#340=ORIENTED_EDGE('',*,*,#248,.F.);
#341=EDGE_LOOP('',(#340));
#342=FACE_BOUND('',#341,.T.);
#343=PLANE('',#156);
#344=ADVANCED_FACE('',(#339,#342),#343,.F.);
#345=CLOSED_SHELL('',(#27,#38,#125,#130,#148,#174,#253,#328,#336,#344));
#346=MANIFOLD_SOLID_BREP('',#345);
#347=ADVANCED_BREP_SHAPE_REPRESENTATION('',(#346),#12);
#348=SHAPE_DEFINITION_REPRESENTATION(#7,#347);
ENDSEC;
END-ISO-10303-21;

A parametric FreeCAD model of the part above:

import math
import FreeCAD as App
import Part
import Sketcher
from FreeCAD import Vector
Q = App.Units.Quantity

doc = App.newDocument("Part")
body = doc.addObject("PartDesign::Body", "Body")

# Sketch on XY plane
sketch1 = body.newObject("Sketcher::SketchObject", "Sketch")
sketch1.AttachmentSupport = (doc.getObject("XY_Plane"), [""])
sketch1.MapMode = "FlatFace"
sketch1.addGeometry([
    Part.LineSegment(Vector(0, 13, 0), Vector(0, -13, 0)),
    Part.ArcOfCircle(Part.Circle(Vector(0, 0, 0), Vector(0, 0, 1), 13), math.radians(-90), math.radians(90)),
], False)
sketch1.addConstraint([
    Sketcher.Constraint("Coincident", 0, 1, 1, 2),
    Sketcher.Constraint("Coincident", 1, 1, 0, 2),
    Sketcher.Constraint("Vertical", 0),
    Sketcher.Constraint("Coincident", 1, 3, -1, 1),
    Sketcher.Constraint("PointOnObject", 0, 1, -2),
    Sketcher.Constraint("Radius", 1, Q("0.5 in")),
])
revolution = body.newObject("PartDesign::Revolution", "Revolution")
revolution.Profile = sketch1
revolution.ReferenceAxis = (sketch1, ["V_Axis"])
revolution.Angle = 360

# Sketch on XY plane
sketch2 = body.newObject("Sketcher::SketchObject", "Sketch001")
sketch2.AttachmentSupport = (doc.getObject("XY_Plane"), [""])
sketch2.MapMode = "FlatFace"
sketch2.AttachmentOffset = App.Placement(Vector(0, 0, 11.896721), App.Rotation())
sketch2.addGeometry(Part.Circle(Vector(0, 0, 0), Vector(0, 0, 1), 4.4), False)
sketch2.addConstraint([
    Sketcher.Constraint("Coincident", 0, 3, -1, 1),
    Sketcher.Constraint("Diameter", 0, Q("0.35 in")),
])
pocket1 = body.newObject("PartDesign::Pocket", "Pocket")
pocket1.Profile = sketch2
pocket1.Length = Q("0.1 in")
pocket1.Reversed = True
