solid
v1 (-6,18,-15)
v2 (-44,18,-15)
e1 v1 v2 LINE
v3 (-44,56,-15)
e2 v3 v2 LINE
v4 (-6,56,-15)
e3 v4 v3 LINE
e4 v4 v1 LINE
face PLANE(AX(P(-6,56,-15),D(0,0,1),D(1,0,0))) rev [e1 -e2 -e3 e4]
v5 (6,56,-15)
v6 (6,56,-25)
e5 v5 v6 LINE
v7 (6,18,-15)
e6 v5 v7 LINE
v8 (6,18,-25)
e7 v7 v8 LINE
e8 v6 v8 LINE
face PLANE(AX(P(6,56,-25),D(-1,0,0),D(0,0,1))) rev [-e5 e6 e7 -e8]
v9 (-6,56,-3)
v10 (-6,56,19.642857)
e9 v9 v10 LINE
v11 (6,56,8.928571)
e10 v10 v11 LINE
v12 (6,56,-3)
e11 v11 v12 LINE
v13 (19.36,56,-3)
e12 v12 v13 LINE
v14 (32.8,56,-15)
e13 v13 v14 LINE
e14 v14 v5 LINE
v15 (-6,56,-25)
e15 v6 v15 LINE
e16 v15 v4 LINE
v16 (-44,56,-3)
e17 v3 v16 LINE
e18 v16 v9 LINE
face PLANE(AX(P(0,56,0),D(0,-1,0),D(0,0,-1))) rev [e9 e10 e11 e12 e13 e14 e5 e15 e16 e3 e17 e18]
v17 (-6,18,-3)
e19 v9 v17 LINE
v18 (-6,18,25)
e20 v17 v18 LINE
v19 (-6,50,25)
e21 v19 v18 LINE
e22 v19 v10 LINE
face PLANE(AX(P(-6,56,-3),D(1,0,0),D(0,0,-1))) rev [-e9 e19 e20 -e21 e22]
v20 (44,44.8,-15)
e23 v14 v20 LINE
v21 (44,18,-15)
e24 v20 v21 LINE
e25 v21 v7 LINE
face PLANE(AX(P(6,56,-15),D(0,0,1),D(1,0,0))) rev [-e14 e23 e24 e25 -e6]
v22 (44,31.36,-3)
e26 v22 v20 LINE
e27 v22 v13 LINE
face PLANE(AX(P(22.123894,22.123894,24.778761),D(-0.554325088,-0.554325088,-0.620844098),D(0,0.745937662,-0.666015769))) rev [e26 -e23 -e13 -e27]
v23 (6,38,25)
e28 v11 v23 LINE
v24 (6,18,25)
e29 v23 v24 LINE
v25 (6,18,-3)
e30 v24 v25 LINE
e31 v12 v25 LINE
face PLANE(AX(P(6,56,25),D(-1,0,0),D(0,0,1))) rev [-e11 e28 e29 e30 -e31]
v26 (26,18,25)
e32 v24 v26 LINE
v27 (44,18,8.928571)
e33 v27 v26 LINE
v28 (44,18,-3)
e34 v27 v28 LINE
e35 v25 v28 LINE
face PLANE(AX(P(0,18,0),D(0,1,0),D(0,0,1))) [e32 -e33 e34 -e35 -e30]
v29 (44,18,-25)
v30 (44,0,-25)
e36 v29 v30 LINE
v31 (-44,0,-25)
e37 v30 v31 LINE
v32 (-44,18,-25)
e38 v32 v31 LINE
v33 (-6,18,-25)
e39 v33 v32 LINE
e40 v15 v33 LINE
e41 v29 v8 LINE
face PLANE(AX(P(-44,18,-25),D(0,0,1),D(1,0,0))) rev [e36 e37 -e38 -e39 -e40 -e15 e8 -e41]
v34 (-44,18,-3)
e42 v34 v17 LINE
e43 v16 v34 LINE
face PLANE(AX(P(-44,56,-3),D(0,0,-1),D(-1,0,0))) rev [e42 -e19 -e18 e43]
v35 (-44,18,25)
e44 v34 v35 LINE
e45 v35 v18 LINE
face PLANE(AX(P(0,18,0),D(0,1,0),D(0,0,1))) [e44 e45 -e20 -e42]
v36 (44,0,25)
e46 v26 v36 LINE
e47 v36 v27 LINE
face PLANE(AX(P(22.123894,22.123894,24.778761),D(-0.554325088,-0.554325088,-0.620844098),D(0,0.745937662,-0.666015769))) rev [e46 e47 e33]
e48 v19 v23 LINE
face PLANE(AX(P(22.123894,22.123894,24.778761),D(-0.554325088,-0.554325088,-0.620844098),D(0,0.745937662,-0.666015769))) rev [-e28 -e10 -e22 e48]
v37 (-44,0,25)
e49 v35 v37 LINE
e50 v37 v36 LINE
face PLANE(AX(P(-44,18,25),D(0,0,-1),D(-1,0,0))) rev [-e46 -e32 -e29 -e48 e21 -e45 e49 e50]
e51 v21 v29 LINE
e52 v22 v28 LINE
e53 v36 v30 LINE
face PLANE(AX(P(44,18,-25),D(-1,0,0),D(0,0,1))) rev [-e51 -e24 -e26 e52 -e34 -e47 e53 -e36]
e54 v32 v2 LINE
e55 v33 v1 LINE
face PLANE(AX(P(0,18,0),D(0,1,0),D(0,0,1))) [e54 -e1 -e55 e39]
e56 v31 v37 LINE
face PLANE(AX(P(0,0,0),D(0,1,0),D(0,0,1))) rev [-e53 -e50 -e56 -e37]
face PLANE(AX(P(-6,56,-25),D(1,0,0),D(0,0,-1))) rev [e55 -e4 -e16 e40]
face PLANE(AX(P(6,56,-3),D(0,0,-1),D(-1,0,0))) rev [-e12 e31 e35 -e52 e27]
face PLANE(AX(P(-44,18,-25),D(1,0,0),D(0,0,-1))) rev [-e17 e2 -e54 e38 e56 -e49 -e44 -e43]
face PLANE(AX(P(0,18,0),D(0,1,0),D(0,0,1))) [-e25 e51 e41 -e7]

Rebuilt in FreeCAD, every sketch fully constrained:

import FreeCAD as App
import Part
import Sketcher

V = App.Vector
Q = App.Units.Quantity


def add_polygon(sketch, points):
    """Adds a closed chain of lines whose ends are joined by coincident constraints."""
    first, n = sketch.GeometryCount, len(points)
    for a, b in zip(points, points[1:] + points[:1]):
        sketch.addGeometry(Part.LineSegment(App.Vector(*a, 0), App.Vector(*b, 0)), False)
    for i in range(n):
        sketch.addConstraint(Sketcher.Constraint("Coincident", first + i, 2, first + (i + 1) % n, 1))

doc = App.newDocument("Part")
params = doc.addObject("Spreadsheet::Sheet", "Params")
for row, (alias, value) in enumerate([
    ("sketch1_width", "88 mm"),
    ("sketch1_height", "50 mm"),
    ("pad1_length", "18 mm"),
    ("sketch2_width", "38 mm"),
    ("sketch2_width2", "12 mm"),
    ("sketch2_height", "10 mm"),
    ("sketch2_height2", "28 mm"),
    ("pad2_length", "38 mm"),
    ("pocket1_length", "38 mm"),
], start=1):
    params.set(f"A{row}", alias)
    params.set(f"B{row}", "=" + value)
    params.setAlias(f"B{row}", alias)

body = doc.addObject("PartDesign::Body", "Body")

sketch1 = doc.addObject("Sketcher::SketchObject", "Sketch")
body.addObject(sketch1)
sketch1.AttachmentSupport = (doc.XZ_Plane, [""])
sketch1.MapMode = "FlatFace"
add_polygon(sketch1, [(-44, -25), (-44, 25), (44, 25), (44, -25)])
sketch1.addConstraint(Sketcher.Constraint("Vertical", 0))
sketch1.addConstraint(Sketcher.Constraint("Horizontal", 1))
sketch1.addConstraint(Sketcher.Constraint("Vertical", 2))
sketch1.addConstraint(Sketcher.Constraint("Horizontal", 3))
sketch1.addConstraint(Sketcher.Constraint("Symmetric", 0, 2, 2, 2, -1, 1))
sketch1.addConstraint(Sketcher.Constraint("DistanceX", 1, 1, 1, 2, Q("88 mm")))
sketch1.addConstraint(Sketcher.Constraint("DistanceY", 0, 1, 0, 2, Q("50 mm")))
sketch1.setExpression("Constraints[9]", "Params.sketch1_width")
sketch1.setExpression("Constraints[10]", "Params.sketch1_height")
pad1 = doc.addObject("PartDesign::Pad", "Pad")
body.addObject(pad1)
pad1.Profile = sketch1
pad1.setExpression("Length", "Params.pad1_length")
pad1.Reversed = True

sketch2 = doc.addObject("Sketcher::SketchObject", "Sketch001")
body.addObject(sketch2)
sketch2.AttachmentSupport = (doc.XZ_Plane, [""])
sketch2.MapMode = "FlatFace"
sketch2.AttachmentOffset = App.Placement(V(0, 0, -18), App.Rotation())
add_polygon(sketch2, [(-6, -25), (-6, -15), (-44, -15), (-44, -3), (-6, -3), (-6, 25), (6, 25), (6, -3), (44, -3), (44, -15), (6, -15), (6, -25)])
sketch2.addConstraint(Sketcher.Constraint("Vertical", 0))
sketch2.addConstraint(Sketcher.Constraint("Horizontal", 1))
sketch2.addConstraint(Sketcher.Constraint("Vertical", 2))
sketch2.addConstraint(Sketcher.Constraint("Horizontal", 3))
sketch2.addConstraint(Sketcher.Constraint("Vertical", 4))
sketch2.addConstraint(Sketcher.Constraint("Horizontal", 5))
sketch2.addConstraint(Sketcher.Constraint("Vertical", 6))
sketch2.addConstraint(Sketcher.Constraint("Horizontal", 7))
sketch2.addConstraint(Sketcher.Constraint("Vertical", 8))
sketch2.addConstraint(Sketcher.Constraint("Horizontal", 9))
sketch2.addConstraint(Sketcher.Constraint("Vertical", 10))
sketch2.addConstraint(Sketcher.Constraint("Horizontal", 11))
sketch2.addConstraint(Sketcher.Constraint("Symmetric", 4, 2, 10, 2, -1, 1))
sketch2.addConstraint(Sketcher.Constraint("Symmetric", 3, 2, 6, 2, -2))
sketch2.addConstraint(Sketcher.Constraint("Symmetric", 1, 2, 8, 2, -2))
sketch2.addConstraint(Sketcher.Constraint("Vertical", 0, 2, 3, 2))
sketch2.addConstraint(Sketcher.Constraint("Equal", 11, 2))
sketch2.addConstraint(Sketcher.Constraint("DistanceX", 1, 2, 1, 1, Q("38 mm")))
sketch2.addConstraint(Sketcher.Constraint("DistanceX", 5, 1, 5, 2, Q("12 mm")))
sketch2.addConstraint(Sketcher.Constraint("DistanceY", 0, 1, 0, 2, Q("10 mm")))
sketch2.addConstraint(Sketcher.Constraint("DistanceY", 4, 1, 4, 2, Q("28 mm")))
sketch2.setExpression("Constraints[29]", "Params.sketch2_width")
sketch2.setExpression("Constraints[30]", "Params.sketch2_width2")
sketch2.setExpression("Constraints[31]", "Params.sketch2_height")
sketch2.setExpression("Constraints[32]", "Params.sketch2_height2")
pad2 = doc.addObject("PartDesign::Pad", "Pad001")
body.addObject(pad2)
pad2.Profile = sketch2
pad2.setExpression("Length", "Params.pad2_length")
pad2.Reversed = True

sketch3 = doc.addObject("Sketcher::SketchObject", "Sketch002")
body.addObject(sketch3)
sketch3.Placement = App.Placement(V(22.123894, 22.123894, 24.778761), App.Rotation(V(0.832300244, -0.36918925, -0.41349196), V(0, 0.745937661, -0.666015769), V(0.554325088, 0.554325088, 0.620844098), "ZXY"))
add_polygon(sketch3, [(-41, 25), (26, -17), (26, 58)])
sketch3.addConstraint(Sketcher.Constraint("Vertical", 1))
sketch3.addConstraint(Sketcher.Constraint("DistanceX", 2, 2, -1, 1, Q("40.9995 mm")))
sketch3.addConstraint(Sketcher.Constraint("Distance", 0, Q("79.195959 mm")))
sketch3.addConstraint(Sketcher.Constraint("DistanceY", 1, 1, 1, 2, Q("75.073298 mm")))
sketch3.addConstraint(Sketcher.Constraint("DistanceX", -1, 1, 0, 2, Q("26.283912 mm")))
sketch3.addConstraint(Sketcher.Constraint("DistanceY", 0, 2, -1, 1, Q("16.650394 mm")))
pocket1 = doc.addObject("PartDesign::Pocket", "Pocket")
body.addObject(pocket1)
pocket1.Profile = sketch3
pocket1.setExpression("Length", "Params.pocket1_length")
pocket1.Reversed = True

doc.recompute()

**WHAT TO PRODUCE**. Search the records for the word "getObject" and return every line that holds it.

**WRITTEN ANSWER**.
sketch1.AttachmentSupport = (doc.getObject("XY_Plane"), [""])
sketch2.AttachmentSupport = (doc.getObject("XY_Plane"), [""])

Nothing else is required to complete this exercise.